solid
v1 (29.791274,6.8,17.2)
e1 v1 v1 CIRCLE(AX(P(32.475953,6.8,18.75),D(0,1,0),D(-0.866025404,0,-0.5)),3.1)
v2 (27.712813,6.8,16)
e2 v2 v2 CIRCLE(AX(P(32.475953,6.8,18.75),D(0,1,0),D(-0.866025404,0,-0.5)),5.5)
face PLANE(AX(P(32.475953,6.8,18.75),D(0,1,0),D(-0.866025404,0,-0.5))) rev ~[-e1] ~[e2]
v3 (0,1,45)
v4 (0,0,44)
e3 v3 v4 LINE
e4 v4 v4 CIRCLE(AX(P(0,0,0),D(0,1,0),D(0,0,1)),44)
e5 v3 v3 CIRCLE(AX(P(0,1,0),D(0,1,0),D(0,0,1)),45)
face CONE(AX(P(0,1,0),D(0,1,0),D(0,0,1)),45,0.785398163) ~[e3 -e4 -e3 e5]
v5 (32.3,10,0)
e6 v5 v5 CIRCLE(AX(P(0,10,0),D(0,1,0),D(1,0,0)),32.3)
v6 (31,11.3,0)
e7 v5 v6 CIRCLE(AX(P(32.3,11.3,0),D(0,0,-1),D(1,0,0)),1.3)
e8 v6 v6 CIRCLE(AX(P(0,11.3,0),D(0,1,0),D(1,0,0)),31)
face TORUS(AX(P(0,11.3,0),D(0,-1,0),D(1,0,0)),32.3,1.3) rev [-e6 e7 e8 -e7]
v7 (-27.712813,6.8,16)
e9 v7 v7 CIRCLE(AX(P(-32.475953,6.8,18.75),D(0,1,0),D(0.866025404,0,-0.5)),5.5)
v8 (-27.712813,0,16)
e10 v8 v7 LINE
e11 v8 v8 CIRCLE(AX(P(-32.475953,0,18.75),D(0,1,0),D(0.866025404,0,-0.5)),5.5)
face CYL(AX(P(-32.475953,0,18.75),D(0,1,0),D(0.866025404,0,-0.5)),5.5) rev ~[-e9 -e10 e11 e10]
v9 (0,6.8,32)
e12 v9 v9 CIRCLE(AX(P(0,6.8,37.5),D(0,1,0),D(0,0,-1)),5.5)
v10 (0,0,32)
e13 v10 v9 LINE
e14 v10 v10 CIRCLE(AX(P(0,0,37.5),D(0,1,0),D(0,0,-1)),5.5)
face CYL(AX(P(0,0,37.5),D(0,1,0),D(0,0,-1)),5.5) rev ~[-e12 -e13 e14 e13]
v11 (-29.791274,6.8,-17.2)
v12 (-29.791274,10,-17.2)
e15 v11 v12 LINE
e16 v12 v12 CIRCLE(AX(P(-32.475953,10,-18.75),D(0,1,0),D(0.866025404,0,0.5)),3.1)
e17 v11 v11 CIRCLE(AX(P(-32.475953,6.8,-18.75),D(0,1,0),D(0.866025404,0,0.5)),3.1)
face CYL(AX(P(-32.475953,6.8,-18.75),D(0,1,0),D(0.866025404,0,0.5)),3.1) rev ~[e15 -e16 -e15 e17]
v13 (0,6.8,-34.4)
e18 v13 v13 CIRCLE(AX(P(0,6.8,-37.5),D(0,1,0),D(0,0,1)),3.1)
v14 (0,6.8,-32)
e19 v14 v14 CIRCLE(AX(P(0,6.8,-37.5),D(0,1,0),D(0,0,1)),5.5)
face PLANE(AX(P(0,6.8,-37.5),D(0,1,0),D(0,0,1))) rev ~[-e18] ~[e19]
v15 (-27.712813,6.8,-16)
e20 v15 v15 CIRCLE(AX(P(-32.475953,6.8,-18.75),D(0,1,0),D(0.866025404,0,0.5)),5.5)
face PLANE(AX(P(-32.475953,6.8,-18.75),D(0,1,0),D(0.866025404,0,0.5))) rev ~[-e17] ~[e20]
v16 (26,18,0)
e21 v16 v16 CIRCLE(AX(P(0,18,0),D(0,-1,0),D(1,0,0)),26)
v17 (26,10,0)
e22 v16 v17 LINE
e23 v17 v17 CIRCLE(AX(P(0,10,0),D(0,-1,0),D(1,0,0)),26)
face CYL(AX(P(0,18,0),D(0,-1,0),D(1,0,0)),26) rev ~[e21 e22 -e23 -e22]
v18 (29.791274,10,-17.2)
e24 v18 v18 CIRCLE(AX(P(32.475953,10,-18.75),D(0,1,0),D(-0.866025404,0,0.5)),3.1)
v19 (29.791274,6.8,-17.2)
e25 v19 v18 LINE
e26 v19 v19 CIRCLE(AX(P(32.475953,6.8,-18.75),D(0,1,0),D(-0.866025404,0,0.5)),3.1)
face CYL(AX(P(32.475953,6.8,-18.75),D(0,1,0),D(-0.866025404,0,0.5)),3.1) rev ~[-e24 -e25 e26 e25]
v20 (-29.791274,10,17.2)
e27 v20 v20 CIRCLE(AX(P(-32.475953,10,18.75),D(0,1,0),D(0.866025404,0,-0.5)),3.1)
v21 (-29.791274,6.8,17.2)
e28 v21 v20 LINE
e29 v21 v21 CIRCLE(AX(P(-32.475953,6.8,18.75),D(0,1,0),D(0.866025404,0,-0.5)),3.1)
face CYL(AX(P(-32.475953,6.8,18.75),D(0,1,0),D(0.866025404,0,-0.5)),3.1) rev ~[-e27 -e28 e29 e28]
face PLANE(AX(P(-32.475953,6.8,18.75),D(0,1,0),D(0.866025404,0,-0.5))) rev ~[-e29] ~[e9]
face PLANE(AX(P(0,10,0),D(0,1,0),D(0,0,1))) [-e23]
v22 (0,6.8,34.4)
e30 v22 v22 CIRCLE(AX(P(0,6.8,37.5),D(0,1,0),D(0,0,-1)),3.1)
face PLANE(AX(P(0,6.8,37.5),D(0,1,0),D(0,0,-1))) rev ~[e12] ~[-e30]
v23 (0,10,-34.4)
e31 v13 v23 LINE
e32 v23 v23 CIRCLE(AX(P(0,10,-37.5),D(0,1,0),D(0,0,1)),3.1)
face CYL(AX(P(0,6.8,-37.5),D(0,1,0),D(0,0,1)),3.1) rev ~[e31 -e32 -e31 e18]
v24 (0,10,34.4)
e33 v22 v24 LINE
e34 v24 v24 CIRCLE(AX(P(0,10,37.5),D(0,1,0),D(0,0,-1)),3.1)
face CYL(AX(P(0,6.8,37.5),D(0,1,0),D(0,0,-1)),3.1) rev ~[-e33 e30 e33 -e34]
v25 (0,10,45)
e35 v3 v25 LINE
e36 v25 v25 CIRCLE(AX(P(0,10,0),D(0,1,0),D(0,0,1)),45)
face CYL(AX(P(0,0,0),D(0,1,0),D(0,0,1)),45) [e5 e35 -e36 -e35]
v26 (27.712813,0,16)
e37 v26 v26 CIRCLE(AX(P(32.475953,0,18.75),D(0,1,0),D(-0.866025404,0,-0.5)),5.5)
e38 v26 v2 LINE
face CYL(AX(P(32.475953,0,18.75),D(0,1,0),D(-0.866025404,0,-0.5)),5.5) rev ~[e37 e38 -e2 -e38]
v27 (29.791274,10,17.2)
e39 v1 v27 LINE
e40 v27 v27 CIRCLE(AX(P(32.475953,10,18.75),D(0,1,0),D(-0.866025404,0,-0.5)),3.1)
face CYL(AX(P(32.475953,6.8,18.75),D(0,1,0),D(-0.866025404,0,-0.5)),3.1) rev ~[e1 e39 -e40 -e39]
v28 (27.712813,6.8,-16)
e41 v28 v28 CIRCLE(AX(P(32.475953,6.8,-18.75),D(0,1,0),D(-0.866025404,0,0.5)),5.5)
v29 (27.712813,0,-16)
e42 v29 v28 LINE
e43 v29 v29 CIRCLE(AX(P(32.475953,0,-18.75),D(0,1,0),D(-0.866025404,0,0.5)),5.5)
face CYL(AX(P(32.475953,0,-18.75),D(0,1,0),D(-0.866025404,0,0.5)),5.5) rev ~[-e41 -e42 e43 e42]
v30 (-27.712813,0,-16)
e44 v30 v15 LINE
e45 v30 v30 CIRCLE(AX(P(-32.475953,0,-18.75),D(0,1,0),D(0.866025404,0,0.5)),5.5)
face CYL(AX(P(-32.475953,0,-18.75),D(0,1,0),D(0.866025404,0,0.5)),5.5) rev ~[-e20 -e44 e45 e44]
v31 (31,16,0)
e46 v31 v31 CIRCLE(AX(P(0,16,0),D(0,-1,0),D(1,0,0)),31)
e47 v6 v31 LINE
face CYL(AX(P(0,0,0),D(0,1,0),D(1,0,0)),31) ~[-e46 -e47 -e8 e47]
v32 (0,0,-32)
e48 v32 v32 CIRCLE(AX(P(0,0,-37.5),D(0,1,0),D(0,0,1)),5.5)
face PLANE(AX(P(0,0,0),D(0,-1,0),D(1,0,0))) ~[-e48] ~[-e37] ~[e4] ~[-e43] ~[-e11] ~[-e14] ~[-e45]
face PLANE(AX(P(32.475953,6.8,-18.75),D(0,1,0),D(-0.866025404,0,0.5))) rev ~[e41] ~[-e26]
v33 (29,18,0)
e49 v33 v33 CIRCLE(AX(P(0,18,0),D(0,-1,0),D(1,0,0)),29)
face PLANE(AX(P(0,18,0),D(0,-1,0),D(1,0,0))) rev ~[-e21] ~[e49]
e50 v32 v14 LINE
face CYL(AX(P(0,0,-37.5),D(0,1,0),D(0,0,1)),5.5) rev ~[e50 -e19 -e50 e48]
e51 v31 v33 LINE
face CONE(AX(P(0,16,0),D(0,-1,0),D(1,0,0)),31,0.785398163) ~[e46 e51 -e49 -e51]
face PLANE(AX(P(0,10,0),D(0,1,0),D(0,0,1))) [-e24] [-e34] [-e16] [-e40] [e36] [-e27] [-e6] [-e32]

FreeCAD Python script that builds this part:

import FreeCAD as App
import Part
import Sketcher


def edges_at(feature, points):
    """Names of the edges that pass closest to the given points."""
    edges = feature.Shape.Edges
    near = lambda p: min(range(len(edges)), key=lambda i: edges[i].distToShape(Part.Vertex(*p))[0])
    return sorted({f"Edge{near(p) + 1}" for p in points})

doc = App.newDocument("Part")
body = doc.addObject("PartDesign::Body", "Body")

sketch1 = doc.addObject("Sketcher::SketchObject", "Sketch")
body.addObject(sketch1)
sketch1.AttachmentSupport = (doc.XY_Plane, [""])
sketch1.MapMode = "FlatFace"
sketch1.addGeometry(Part.LineSegment(App.Vector(26, 5, 0), App.Vector(0, 5, 0)), False)
sketch1.addGeometry(Part.LineSegment(App.Vector(0, 5, 0), App.Vector(0, 0, 0)), False)
sketch1.addGeometry(Part.LineSegment(App.Vector(0, 0, 0), App.Vector(31, 0, 0)), False)
sketch1.addGeometry(Part.LineSegment(App.Vector(31, 0, 0), App.Vector(31, 18, 0)), False)
sketch1.addGeometry(Part.LineSegment(App.Vector(31, 18, 0), App.Vector(26, 18, 0)), False)
sketch1.addGeometry(Part.LineSegment(App.Vector(26, 18, 0), App.Vector(26, 5, 0)), False)
sketch1.addConstraint(Sketcher.Constraint("Coincident", 0, 2, 1, 1))
sketch1.addConstraint(Sketcher.Constraint("Coincident", 1, 2, 2, 1))
sketch1.addConstraint(Sketcher.Constraint("Coincident", 2, 2, 3, 1))
sketch1.addConstraint(Sketcher.Constraint("Coincident", 3, 2, 4, 1))
sketch1.addConstraint(Sketcher.Constraint("Coincident", 4, 2, 5, 1))
sketch1.addConstraint(Sketcher.Constraint("Coincident", 5, 2, 0, 1))
sketch1.addConstraint(Sketcher.Constraint("Horizontal", 0))
sketch1.addConstraint(Sketcher.Constraint("Vertical", 1))
sketch1.addConstraint(Sketcher.Constraint("Horizontal", 2))
sketch1.addConstraint(Sketcher.Constraint("Vertical", 3))
sketch1.addConstraint(Sketcher.Constraint("Horizontal", 4))
sketch1.addConstraint(Sketcher.Constraint("Vertical", 5))
sketch1.addConstraint(Sketcher.Constraint("Coincident", 1, 2, -1, 1))
sketch1.addConstraint(Sketcher.Constraint("Equal", 4, 1))
sketch1.addConstraint(Sketcher.Constraint("DistanceX", 2, 1, 2, 2, 31.0))
sketch1.addConstraint(Sketcher.Constraint("DistanceX", 4, 2, 4, 1, 5.0))
sketch1.addConstraint(Sketcher.Constraint("DistanceY", 3, 1, 3, 2, 18.0))
revolution = doc.addObject("PartDesign::Revolution", "Revolution")
body.addObject(revolution)
revolution.Profile = sketch1
revolution.ReferenceAxis = (sketch1, ["V_Axis"])
revolution.Angle = 360

sketch2 = doc.addObject("Sketcher::SketchObject", "Sketch001")
body.addObject(sketch2)
sketch2.AttachmentSupport = (doc.YZ_Plane, [""])
sketch2.MapMode = "FlatFace"
sketch2.addGeometry(Part.LineSegment(App.Vector(10, 0, 0), App.Vector(10, 45, 0)), False)
sketch2.addGeometry(Part.LineSegment(App.Vector(10, 45, 0), App.Vector(0, 45, 0)), False)
sketch2.addGeometry(Part.LineSegment(App.Vector(0, 45, 0), App.Vector(0, 0, 0)), False)
sketch2.addGeometry(Part.LineSegment(App.Vector(0, 0, 0), App.Vector(10, 0, 0)), False)
sketch2.addConstraint(Sketcher.Constraint("Coincident", 0, 2, 1, 1))
sketch2.addConstraint(Sketcher.Constraint("Coincident", 1, 2, 2, 1))
sketch2.addConstraint(Sketcher.Constraint("Coincident", 2, 2, 3, 1))
sketch2.addConstraint(Sketcher.Constraint("Coincident", 3, 2, 0, 1))
sketch2.addConstraint(Sketcher.Constraint("Vertical", 0))
sketch2.addConstraint(Sketcher.Constraint("Horizontal", 1))
sketch2.addConstraint(Sketcher.Constraint("Vertical", 2))
sketch2.addConstraint(Sketcher.Constraint("Horizontal", 3))
sketch2.addConstraint(Sketcher.Constraint("Coincident", 2, 2, -1, 1))
sketch2.addConstraint(Sketcher.Constraint("DistanceX", 1, 2, 1, 1, 10.0))
sketch2.addConstraint(Sketcher.Constraint("DistanceY", 0, 1, 0, 2, 45.0))
revolution2 = doc.addObject("PartDesign::Revolution", "Revolution001")
body.addObject(revolution2)
revolution2.Profile = sketch2
revolution2.ReferenceAxis = (sketch2, ["H_Axis"])
revolution2.Angle = 360

sketch3 = doc.addObject("Sketcher::SketchObject", "Sketch002")
body.addObject(sketch3)
sketch3.AttachmentSupport = (doc.XZ_Plane, [""])
sketch3.MapMode = "FlatFace"
sketch3.addGeometry(Part.Circle(App.Vector(0, 37.5, 0), App.Vector(0, 0, 1), 3.1), False)
sketch3.addConstraint(Sketcher.Constraint("PointOnObject", 0, 3, -2))
sketch3.addConstraint(Sketcher.Constraint("Diameter", 0, 6.2))
sketch3.addConstraint(Sketcher.Constraint("DistanceY", -1, 1, 0, 3, 37.5))
doc.recompute()
hole = doc.addObject("PartDesign::Hole", "Hole")
body.addObject(hole)
hole.Profile = sketch3
hole.ThreadType = "None"
hole.Diameter = 6.2
hole.DepthType = "Dimension"
hole.Depth = 15
hole.DrillPoint = "Angled"
hole.DrillPointAngle = 118
hole.HoleCutType = "Counterbore"
hole.HoleCutDiameter = 11
hole.HoleCutDepth = 6.8
doc.recompute()

polarpattern = doc.addObject("PartDesign::PolarPattern", "PolarPattern")
body.addObject(polarpattern)
polarpattern.Originals = [hole]
polarpattern.Axis = (doc.Y_Axis, [""])
polarpattern.Angle = 360
polarpattern.Occurrences = 6
body.Tip = polarpattern
doc.recompute()

fillet = doc.addObject("PartDesign::Fillet", "Fillet")
body.addObject(fillet)
fillet.Base = (polarpattern, edges_at(polarpattern, [(-31, 10, 0)]))
fillet.Radius = 1.3
doc.recompute()

chamfer = doc.addObject("PartDesign::Chamfer", "Chamfer")
body.addObject(chamfer)
chamfer.Base = (fillet, edges_at(fillet, [(0, 0, -45)]))
chamfer.Size = 1
doc.recompute()

chamfer2 = doc.addObject("PartDesign::Chamfer", "Chamfer001")
body.addObject(chamfer2)
chamfer2.Base = (chamfer, edges_at(chamfer, [(-31, 18, 0)]))
chamfer2.Size = 2

doc.recompute()
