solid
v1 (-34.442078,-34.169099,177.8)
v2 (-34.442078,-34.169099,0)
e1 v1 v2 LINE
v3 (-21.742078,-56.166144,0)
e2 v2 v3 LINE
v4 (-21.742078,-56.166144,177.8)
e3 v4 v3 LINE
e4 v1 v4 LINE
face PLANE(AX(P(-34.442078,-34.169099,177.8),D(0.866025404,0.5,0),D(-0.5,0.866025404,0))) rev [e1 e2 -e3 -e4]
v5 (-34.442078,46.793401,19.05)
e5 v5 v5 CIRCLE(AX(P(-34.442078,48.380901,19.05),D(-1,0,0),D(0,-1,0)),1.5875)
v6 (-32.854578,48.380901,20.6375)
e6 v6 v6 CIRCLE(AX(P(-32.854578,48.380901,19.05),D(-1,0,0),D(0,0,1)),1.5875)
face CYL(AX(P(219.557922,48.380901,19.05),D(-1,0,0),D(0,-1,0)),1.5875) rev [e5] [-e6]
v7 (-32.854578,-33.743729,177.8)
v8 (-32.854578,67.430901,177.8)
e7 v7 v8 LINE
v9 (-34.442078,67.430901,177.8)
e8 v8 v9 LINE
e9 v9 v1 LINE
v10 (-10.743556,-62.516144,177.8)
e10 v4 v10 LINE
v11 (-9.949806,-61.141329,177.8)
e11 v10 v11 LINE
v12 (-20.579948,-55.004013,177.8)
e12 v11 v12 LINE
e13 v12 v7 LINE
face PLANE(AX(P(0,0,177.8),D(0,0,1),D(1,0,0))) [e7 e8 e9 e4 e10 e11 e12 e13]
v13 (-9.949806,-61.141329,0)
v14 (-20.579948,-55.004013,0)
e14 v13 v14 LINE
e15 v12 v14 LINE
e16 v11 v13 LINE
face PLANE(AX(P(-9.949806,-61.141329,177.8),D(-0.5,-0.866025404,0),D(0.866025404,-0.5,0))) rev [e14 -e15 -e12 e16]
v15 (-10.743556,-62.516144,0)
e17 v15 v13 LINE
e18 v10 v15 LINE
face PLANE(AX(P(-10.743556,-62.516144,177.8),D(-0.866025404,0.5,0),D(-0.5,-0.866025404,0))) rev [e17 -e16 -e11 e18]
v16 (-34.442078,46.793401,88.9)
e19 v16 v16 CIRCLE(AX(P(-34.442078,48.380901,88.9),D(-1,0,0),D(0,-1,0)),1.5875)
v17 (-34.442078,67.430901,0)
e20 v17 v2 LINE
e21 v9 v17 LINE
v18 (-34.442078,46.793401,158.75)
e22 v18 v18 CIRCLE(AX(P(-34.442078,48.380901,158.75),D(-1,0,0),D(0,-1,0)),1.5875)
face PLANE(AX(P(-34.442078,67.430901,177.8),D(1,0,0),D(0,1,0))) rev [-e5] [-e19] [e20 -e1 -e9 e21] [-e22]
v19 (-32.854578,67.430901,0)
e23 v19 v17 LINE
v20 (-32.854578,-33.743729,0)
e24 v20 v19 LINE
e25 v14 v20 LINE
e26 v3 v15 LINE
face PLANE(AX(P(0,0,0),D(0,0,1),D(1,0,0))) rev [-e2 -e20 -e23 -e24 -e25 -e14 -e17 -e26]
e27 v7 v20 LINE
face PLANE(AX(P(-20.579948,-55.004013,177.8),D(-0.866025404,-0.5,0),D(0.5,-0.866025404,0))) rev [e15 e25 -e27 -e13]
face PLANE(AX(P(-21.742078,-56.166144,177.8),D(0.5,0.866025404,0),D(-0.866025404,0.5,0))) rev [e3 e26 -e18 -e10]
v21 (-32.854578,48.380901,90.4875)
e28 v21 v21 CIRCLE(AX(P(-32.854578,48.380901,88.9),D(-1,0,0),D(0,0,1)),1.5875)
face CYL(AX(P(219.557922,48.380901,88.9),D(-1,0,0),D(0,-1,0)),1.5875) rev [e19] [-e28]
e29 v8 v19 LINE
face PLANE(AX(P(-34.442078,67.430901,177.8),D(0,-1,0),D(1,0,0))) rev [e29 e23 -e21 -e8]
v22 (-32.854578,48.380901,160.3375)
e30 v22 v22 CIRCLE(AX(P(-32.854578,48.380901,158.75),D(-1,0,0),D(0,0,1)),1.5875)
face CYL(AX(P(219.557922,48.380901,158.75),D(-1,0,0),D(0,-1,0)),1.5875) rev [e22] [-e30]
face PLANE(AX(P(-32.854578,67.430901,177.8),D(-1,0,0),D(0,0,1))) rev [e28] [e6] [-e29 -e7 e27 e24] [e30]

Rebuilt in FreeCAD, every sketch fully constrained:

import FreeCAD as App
import Part
import Sketcher
from FreeCAD import Vector
Q = App.Units.Quantity

doc = App.newDocument("Part")
body = doc.addObject("PartDesign::Body", "Body")

sketch1 = body.newObject("Sketcher::SketchObject", "Sketch")
sketch1.AttachmentSupport = (doc.getObject("XY_Plane"), [""])
sketch1.MapMode = "FlatFace"
sketch1.addGeometry([
    Part.LineSegment(Vector(-34.4, -34.2, 0), Vector(-21.7, -56.2, 0)),
    Part.LineSegment(Vector(-21.7, -56.2, 0), Vector(-10.7, -62.5, 0)),
    Part.LineSegment(Vector(-10.7, -62.5, 0), Vector(-9.9, -61.1, 0)),
    Part.LineSegment(Vector(-9.9, -61.1, 0), Vector(-20.6, -55, 0)),
    Part.LineSegment(Vector(-20.6, -55, 0), Vector(-32.9, -33.7, 0)),
    Part.LineSegment(Vector(-32.9, -33.7, 0), Vector(-32.9, 67.4, 0)),
    Part.LineSegment(Vector(-32.9, 67.4, 0), Vector(-34.4, 67.4, 0)),
    Part.LineSegment(Vector(-34.4, 67.4, 0), Vector(-34.4, -34.2, 0)),
], False)
sketch1.addConstraint([
    Sketcher.Constraint("Coincident", 0, 2, 1, 1),
    Sketcher.Constraint("Coincident", 1, 2, 2, 1),
    Sketcher.Constraint("Coincident", 2, 2, 3, 1),
    Sketcher.Constraint("Coincident", 3, 2, 4, 1),
    Sketcher.Constraint("Coincident", 4, 2, 5, 1),
    Sketcher.Constraint("Coincident", 5, 2, 6, 1),
    Sketcher.Constraint("Coincident", 6, 2, 7, 1),
    Sketcher.Constraint("Coincident", 7, 2, 0, 1),
    Sketcher.Constraint("Vertical", 5),
    Sketcher.Constraint("Horizontal", 6),
    Sketcher.Constraint("Vertical", 7),
    Sketcher.Constraint("Perpendicular", 1, 2),
    Sketcher.Constraint("Perpendicular", 2, 3),
    Sketcher.Constraint("Parallel", 0, 4),
    Sketcher.Constraint("DistanceY", 7, 2, 7, 1, Q("4 in")),
    Sketcher.Constraint("Distance", 0, Q("1 in")),
    Sketcher.Constraint("Angle", 0, Q("-60 deg")),
    Sketcher.Constraint("Angle", 1, Q("-30 deg")),
    Sketcher.Constraint("Distance", 1, Q("0.5 in")),
    Sketcher.Constraint("DistanceX", 6, 2, 6, 1, Q("0.0625 in")),
    Sketcher.Constraint("Distance", 2, Q("0.0625 in")),
    Sketcher.Constraint("DistanceY", 5, 1, 5, 2, Q("101.174631 mm")),
    Sketcher.Constraint("DistanceY", -1, 1, 5, 2, Q("67.430901 mm")),
    Sketcher.Constraint("DistanceX", 0, 2, -1, 1, Q("21.742078 mm")),
])
pad1 = body.newObject("PartDesign::Pad", "Pad")
pad1.Profile = sketch1
pad1.Length = Q("7 in")

sketch2 = body.newObject("Sketcher::SketchObject", "Sketch001")
sketch2.AttachmentSupport = (doc.getObject("YZ_Plane"), [""])
sketch2.MapMode = "FlatFace"
sketch2.AttachmentOffset = App.Placement(Vector(0, 0, -34.442078), App.Rotation())
sketch2.addGeometry([
    Part.Circle(Vector(48.4, 158.8, 0), Vector(0, 0, 1), 1.6),
    Part.Circle(Vector(48.4, 88.9, 0), Vector(0, 0, 1), 1.6),
    Part.Circle(Vector(48.4, 19.1, 0), Vector(0, 0, 1), 1.6),
], False)
sketch2.addConstraint([
    Sketcher.Constraint("Equal", 0, 1),
    Sketcher.Constraint("Equal", 1, 2),
    Sketcher.Constraint("Vertical", 0, 3, 1, 3),
    Sketcher.Constraint("Vertical", 1, 3, 2, 3),
    Sketcher.Constraint("Diameter", 0, Q("0.125 in")),
    Sketcher.Constraint("DistanceY", -1, 1, 1, 3, Q("3.5 in")),
    Sketcher.Constraint("DistanceY", 2, 3, 0, 3, Q("5.5 in")),
    Sketcher.Constraint("DistanceY", -1, 1, 0, 3, Q("6.25 in")),
    Sketcher.Constraint("DistanceX", -1, 1, 0, 3, Q("48.380901 mm")),
])
pocket1 = body.newObject("PartDesign::Pocket", "Pocket")
pocket1.Profile = sketch2
pocket1.Length = Q("10 in")
pocket1.Reversed = True

doc.recompute()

TASK OBJECTIVE
Among the records above, extract exactly the lines from the line with "e18 v13 v13" to the line with "e23 v17 v17", both lines included, and leave out the rest.

PROBLEM SOLUTION
e18 v13 v13 CIRCLE(AX(P(0,6.8,-37.5),D(0,1,0),D(0,0,1)),3.1)
v14 (0,6.8,-32)
e19 v14 v14 CIRCLE(AX(P(0,6.8,-37.5),D(0,1,0),D(0,0,1)),5.5)
face PLANE(AX(P(0,6.8,-37.5),D(0,1,0),D(0,0,1))) rev ~[-e18] ~[e19]
v15 (-27.712813,6.8,-16)
e20 v15 v15 CIRCLE(AX(P(-32.475953,6.8,-18.75),D(0,1,0),D(0.866025404,0,0.5)),5.5)
face PLANE(AX(P(-32.475953,6.8,-18.75),D(0,1,0),D(0.866025404,0,0.5))) rev ~[-e17] ~[e20]
v16 (26,18,0)
e21 v16 v16 CIRCLE(AX(P(0,18,0),D(0,-1,0),D(1,0,0)),26)
v17 (26,10,0)
e22 v16 v17 LINE
e23 v17 v17 CIRCLE(AX(P(0,10,0),D(0,-1,0),D(1,0,0)),26)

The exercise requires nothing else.